BEGIN Records to use
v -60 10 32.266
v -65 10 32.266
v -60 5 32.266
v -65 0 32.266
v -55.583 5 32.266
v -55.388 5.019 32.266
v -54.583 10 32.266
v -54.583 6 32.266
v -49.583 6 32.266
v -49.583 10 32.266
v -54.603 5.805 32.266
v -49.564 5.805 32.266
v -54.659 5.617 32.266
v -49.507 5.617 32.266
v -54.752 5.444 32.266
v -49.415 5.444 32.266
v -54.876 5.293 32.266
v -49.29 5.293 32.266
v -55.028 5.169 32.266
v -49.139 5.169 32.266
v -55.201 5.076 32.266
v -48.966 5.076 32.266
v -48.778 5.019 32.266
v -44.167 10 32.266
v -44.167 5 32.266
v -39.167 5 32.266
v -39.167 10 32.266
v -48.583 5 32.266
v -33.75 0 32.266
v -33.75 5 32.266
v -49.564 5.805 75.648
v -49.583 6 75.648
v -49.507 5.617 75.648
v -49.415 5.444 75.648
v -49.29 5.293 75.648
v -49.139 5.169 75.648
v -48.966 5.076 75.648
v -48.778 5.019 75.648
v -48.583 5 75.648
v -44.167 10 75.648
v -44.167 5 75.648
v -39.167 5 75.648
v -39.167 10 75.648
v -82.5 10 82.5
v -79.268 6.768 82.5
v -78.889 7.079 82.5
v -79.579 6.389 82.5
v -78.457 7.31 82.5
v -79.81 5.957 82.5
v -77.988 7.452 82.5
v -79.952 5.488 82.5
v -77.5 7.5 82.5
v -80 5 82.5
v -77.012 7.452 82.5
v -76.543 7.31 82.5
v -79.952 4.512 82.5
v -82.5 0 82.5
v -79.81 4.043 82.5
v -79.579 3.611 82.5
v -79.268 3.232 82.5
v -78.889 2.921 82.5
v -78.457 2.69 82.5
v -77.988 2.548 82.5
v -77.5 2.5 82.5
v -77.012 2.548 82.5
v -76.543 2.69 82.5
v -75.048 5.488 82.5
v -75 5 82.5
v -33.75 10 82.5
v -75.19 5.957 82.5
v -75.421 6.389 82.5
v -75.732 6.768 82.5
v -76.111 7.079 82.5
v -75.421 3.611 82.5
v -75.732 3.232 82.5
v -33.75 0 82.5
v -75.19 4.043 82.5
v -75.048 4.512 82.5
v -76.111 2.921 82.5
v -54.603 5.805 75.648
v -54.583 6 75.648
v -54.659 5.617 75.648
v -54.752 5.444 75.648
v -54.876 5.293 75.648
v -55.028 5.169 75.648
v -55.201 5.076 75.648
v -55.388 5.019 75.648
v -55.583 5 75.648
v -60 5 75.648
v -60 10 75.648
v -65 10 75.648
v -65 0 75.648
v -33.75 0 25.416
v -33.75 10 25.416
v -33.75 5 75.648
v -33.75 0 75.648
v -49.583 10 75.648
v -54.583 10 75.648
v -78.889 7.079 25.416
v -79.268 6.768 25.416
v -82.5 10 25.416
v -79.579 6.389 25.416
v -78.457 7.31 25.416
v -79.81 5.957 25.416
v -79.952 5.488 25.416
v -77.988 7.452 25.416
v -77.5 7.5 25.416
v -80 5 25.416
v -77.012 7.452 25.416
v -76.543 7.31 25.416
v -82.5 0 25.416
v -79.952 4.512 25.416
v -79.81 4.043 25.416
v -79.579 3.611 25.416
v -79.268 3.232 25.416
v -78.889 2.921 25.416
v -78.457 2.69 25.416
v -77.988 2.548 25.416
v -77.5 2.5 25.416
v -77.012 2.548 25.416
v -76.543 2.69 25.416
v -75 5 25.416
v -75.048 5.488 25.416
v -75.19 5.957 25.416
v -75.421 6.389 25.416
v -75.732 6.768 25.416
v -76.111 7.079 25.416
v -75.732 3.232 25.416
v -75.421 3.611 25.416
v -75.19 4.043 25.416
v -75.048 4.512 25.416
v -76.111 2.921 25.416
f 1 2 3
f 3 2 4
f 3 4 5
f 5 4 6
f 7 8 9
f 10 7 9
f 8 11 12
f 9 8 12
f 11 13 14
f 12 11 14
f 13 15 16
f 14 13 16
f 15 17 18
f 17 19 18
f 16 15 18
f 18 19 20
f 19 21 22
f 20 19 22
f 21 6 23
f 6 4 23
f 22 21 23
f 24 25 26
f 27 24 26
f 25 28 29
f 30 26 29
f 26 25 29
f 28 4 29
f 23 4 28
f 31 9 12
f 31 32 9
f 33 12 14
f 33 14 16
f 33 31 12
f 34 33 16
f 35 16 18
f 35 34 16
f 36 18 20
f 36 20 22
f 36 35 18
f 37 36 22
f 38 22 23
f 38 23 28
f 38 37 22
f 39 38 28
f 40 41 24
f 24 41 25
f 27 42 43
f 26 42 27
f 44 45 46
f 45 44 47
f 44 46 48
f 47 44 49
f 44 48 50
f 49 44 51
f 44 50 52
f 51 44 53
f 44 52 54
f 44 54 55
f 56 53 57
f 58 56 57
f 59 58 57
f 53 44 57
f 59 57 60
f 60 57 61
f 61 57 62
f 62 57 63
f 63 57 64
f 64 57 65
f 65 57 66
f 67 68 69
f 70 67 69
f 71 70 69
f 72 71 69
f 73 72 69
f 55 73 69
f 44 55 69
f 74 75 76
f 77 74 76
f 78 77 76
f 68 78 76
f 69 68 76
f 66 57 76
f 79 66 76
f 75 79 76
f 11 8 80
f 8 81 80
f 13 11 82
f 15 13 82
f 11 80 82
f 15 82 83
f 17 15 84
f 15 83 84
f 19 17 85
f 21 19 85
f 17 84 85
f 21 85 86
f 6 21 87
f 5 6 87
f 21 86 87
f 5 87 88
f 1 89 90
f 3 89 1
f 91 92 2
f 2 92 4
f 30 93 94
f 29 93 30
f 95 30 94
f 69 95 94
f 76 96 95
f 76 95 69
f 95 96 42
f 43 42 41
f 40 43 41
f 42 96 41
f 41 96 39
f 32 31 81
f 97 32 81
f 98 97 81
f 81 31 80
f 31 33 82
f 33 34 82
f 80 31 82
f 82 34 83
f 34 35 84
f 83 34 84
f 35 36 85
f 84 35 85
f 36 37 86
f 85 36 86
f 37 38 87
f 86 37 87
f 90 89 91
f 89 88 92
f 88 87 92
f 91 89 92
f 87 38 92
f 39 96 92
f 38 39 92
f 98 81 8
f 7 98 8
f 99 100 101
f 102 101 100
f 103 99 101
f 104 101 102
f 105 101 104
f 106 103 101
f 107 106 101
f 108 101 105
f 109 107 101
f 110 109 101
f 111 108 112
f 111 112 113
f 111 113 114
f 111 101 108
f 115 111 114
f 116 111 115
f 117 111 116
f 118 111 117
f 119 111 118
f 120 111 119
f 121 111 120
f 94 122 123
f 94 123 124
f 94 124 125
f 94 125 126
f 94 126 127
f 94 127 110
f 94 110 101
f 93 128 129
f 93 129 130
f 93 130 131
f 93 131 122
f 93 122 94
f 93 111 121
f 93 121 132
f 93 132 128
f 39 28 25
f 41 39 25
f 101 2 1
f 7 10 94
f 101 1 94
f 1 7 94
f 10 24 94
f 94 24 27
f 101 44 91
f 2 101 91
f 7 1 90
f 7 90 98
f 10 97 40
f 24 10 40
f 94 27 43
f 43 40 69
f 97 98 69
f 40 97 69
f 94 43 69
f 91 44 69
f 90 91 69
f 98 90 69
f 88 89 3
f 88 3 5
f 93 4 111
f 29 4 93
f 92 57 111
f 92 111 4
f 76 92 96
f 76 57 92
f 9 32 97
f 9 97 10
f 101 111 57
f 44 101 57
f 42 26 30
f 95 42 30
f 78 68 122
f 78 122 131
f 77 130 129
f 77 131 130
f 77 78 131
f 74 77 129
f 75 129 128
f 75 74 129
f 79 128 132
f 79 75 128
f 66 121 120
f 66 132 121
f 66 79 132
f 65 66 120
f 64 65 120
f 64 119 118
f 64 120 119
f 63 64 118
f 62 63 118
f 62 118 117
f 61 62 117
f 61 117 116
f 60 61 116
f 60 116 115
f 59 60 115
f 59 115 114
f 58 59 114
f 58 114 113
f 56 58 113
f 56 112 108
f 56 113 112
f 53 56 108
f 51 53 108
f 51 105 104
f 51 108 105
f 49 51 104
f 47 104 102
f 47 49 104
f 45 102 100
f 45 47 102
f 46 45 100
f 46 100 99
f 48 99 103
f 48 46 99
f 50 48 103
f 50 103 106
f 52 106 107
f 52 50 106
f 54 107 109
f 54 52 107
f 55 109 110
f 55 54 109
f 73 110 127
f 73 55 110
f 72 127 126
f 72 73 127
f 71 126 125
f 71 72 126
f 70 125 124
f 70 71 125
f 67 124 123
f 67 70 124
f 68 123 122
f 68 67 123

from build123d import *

# Parameters (mm, degrees)
ESQUISSE1_W             = 5
ESQUISSE1_H             = 150
ESQUISSE1_R             = 15
BASE_DEPTH              = 10
VIDE_VIS_DEPTH          = 127.219055614
VIDE_VIS_DEPTH_BACK     = 127.219055614
ESQUISSE5_R             = 2.5
ESQUISSE6_W             = 130
ESQUISSE6_H             = 150
ENL_V_MAT_EXTRU_6_DEPTH = 5
VIDE_TEST_DEPTH         = 118.100384286
ESQUISSE8_W             = 31.25
ESQUISSE8_H             = 6.85
BOSS_FERME_DEPTH        = 10
CONGE_TEST_R            = 1


with BuildPart() as part:
    # Esquisse1 → BASE (new body)
    with BuildSketch(Plane(origin=(0, 0, 0), x_dir=(1, 0, 0), z_dir=(0, 1, 0))):
        Polygon((-82.5, 82.5), (-82.5, 77.5), (-72.5, 77.5), (-72.5, 67.5), (-82.5, 67.5), (-82.5, -2.5), (-72.5, -2.5), (-72.5, -12.5), (-82.5, -12.5), (-82.5, -82.5), (82.5, -82.5), (82.5, -12.5), (72.5, -12.5), (72.5, -2.5), (82.5, -2.5), (82.5, 67.5), (72.5, 67.5), (72.5, 77.5), (82.5, 77.5), (82.5, 82.5), align=None)
        with BuildLine():
            ThreePointArc((-12.916666667, -10.915030923), (-10.627210874, -13.27000839), (-7.916666667, -15.124860621))
            Line((-7.916666667, -15.124860621), (-7.916666667, -75.648107225))
            Line((-7.916666667, -75.648107225), (-12.916666667, -75.648107225))
            Line((-12.916666667, -75.648107225), (-12.916666667, -10.915030923))
        make_face(mode=Mode.SUBTRACT)
        with Locations((-62.5, -0.648107225)):
            Rectangle(ESQUISSE1_W, ESQUISSE1_H, mode=Mode.SUBTRACT)
        with Locations((-52.083333333, -0.648107225)):
            Rectangle(ESQUISSE1_W, ESQUISSE1_H, mode=Mode.SUBTRACT)
        with Locations((-41.666666667, -0.648107225)):
            Rectangle(ESQUISSE1_W, ESQUISSE1_H, mode=Mode.SUBTRACT)
        with Locations((-31.25, -0.648107225)):
            Rectangle(ESQUISSE1_W, ESQUISSE1_H, mode=Mode.SUBTRACT)
        with Locations((-20.833333333, -0.648107225)):
            Rectangle(ESQUISSE1_W, ESQUISSE1_H, mode=Mode.SUBTRACT)
        with Locations(Location((0, -0.648107225, 0), (0, 0, 270))):
            Circle(ESQUISSE1_R, mode=Mode.SUBTRACT)
        with BuildLine():
            Line((-2.5, -75.648107225), (-2.5, -16.957613655))
            ThreePointArc((-2.5, -16.957613655), (0, -17.148107225), (2.5, -16.957613655))
            Line((2.5, -16.957613655), (2.5, -75.648107225))
            Line((2.5, -75.648107225), (-2.5, -75.648107225))
        make_face(mode=Mode.SUBTRACT)
        with BuildLine():
            Line((7.916666667, -75.648107225), (7.916666667, -15.124860621))
            ThreePointArc((7.916666667, -15.124860621), (10.627210874, -13.27000839), (12.916666667, -10.915030923))
            Line((12.916666667, -10.915030923), (12.916666667, -75.648107225))
            Line((12.916666667, -75.648107225), (7.916666667, -75.648107225))
        make_face(mode=Mode.SUBTRACT)
        with BuildLine():
            Line((-12.916666667, 9.618816473), (-12.916666667, 74.351892775))
            Line((-12.916666667, 74.351892775), (-7.916666667, 74.351892775))
            Line((-7.916666667, 74.351892775), (-7.916666667, 13.828646171))
            ThreePointArc((-7.916666667, 13.828646171), (-10.627210874, 11.973793941), (-12.916666667, 9.618816473))
        make_face(mode=Mode.SUBTRACT)
        with Locations((20.833333333, -0.648107225)):
            Rectangle(ESQUISSE1_W, ESQUISSE1_H, mode=Mode.SUBTRACT)
        with Locations((31.25, -0.648107225)):
            Rectangle(ESQUISSE1_W, ESQUISSE1_H, mode=Mode.SUBTRACT)
        with Locations((41.666666667, -0.648107225)):
            Rectangle(ESQUISSE1_W, ESQUISSE1_H, mode=Mode.SUBTRACT)
        with Locations((52.083333333, -0.648107225)):
            Rectangle(ESQUISSE1_W, ESQUISSE1_H, mode=Mode.SUBTRACT)
        with Locations((62.5, -0.648107225)):
            Rectangle(ESQUISSE1_W, ESQUISSE1_H, mode=Mode.SUBTRACT)
        with BuildLine():
            Line((-2.5, 15.661399205), (-2.5, 74.351892775))
            Line((-2.5, 74.351892775), (2.5, 74.351892775))
            Line((2.5, 74.351892775), (2.5, 15.661399205))
            ThreePointArc((2.5, 15.661399205), (0, 15.851892775), (-2.5, 15.661399205))
        make_face(mode=Mode.SUBTRACT)
        with BuildLine():
            Line((12.916666667, 74.351892775), (12.916666667, 9.618816473))
            ThreePointArc((12.916666667, 9.618816473), (10.627210874, 11.973793941), (7.916666667, 13.828646171))
            Line((7.916666667, 13.828646171), (7.916666667, 74.351892775))
            Line((7.916666667, 74.351892775), (12.916666667, 74.351892775))
        make_face(mode=Mode.SUBTRACT)
    extrude(amount=BASE_DEPTH)

    # Esquisse5 → VIDE VIS (cut, two sides: drawn at the far end of the back side and taken through both)
    with BuildSketch(Plane(origin=(0, 0, 12.5), x_dir=(-1, 0, 0), z_dir=(0, 0, -1)).offset(-VIDE_VIS_DEPTH_BACK)):
        with Locations((-77.5, 5)):
            Circle(ESQUISSE5_R)
        with Locations(Location((77.5, 5, 0), (0, 0, 180))):
            Circle(ESQUISSE5_R)
    extrude(amount=VIDE_VIS_DEPTH + VIDE_VIS_DEPTH_BACK, mode=Mode.SUBTRACT)

    # Esquisse6 → Enlèv. mat.-Extru.6 (cut)
    with BuildSketch(Plane.XZ):
        with Locations((0, 0.648107225)):
            Rectangle(ESQUISSE6_W, ESQUISSE6_H)
    extrude(amount=-ENL_V_MAT_EXTRU_6_DEPTH, mode=Mode.SUBTRACT)

    # Esquisse7 → VIDE TEST (cut, through all)
    with BuildSketch(Plane(origin=(0, 10, 0), x_dir=(1, 0, 0), z_dir=(0, 1, 0))):
        Polygon((-33.75, -25.416267648), (-33.75, -82.5), (82.5, -82.5), (82.5, 82.5), (-82.5, 82.5), (-82.5, -25.416267648), align=None)
    extrude(amount=-VIDE_TEST_DEPTH, mode=Mode.SUBTRACT)

    # Esquisse8 → BOSS FERME (add)
    with BuildSketch(Plane.XZ):
        with Locations((-49.375, 28.841267648)):
            Rectangle(ESQUISSE8_W, ESQUISSE8_H)
    extrude(amount=-BOSS_FERME_DEPTH)

    # CONGE TEST
    conge_test_edges = [part.edges().sort_by_distance(p)[0] for p in [
        (-54.583333333, 5, 53.957187436),
        (-49.583333333, 5, 53.957187436),
    ]]
    fillet(conge_test_edges, radius=CONGE_TEST_R)


solid = part.part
END Records to use
◆ **What you are asked to do**
Copy, exactly and only, the lines above that begin with the one containing "v -82.5 0 82.5" and finish with the one containing "v -82.5 0 25.416".

◆ **Task response**
v -82.5 0 82.5
v -79.81 4.043 82.5
v -79.579 3.611 82.5
v -79.268 3.232 82.5
v -78.889 2.921 82.5
v -78.457 2.69 82.5
v -77.988 2.548 82.5
v -77.5 2.5 82.5
v -77.012 2.548 82.5
v -76.543 2.69 82.5
v -75.048 5.488 82.5
v -75 5 82.5
v -33.75 10 82.5
v -75.19 5.957 82.5
v -75.421 6.389 82.5
v -75.732 6.768 82.5
v -76.111 7.079 82.5
v -75.421 3.611 82.5
v -75.732 3.232 82.5
v -33.75 0 82.5
v -75.19 4.043 82.5
v -75.048 4.512 82.5
v -76.111 2.921 82.5
v -54.603 5.805 75.648
v -54.583 6 75.648
v -54.659 5.617 75.648
v -54.752 5.444 75.648
v -54.876 5.293 75.648
v -55.028 5.169 75.648
v -55.201 5.076 75.648
v -55.388 5.019 75.648
v -55.583 5 75.648
v -60 5 75.648
v -60 10 75.648
v -65 10 75.648
v -65 0 75.648
v -33.75 0 25.416
v -33.75 10 25.416
v -33.75 5 75.648
v -33.75 0 75.648
v -49.583 10 75.648
v -54.583 10 75.648
v -78.889 7.079 25.416
v -79.268 6.768 25.416
v -82.5 10 25.416
v -79.579 6.389 25.416
v -78.457 7.31 25.416
v -79.81 5.957 25.416
v -79.952 5.488 25.416
v -77.988 7.452 25.416
v -77.5 7.5 25.416
v -80 5 25.416
v -77.012 7.452 25.416
v -76.543 7.31 25.416
v -82.5 0 25.416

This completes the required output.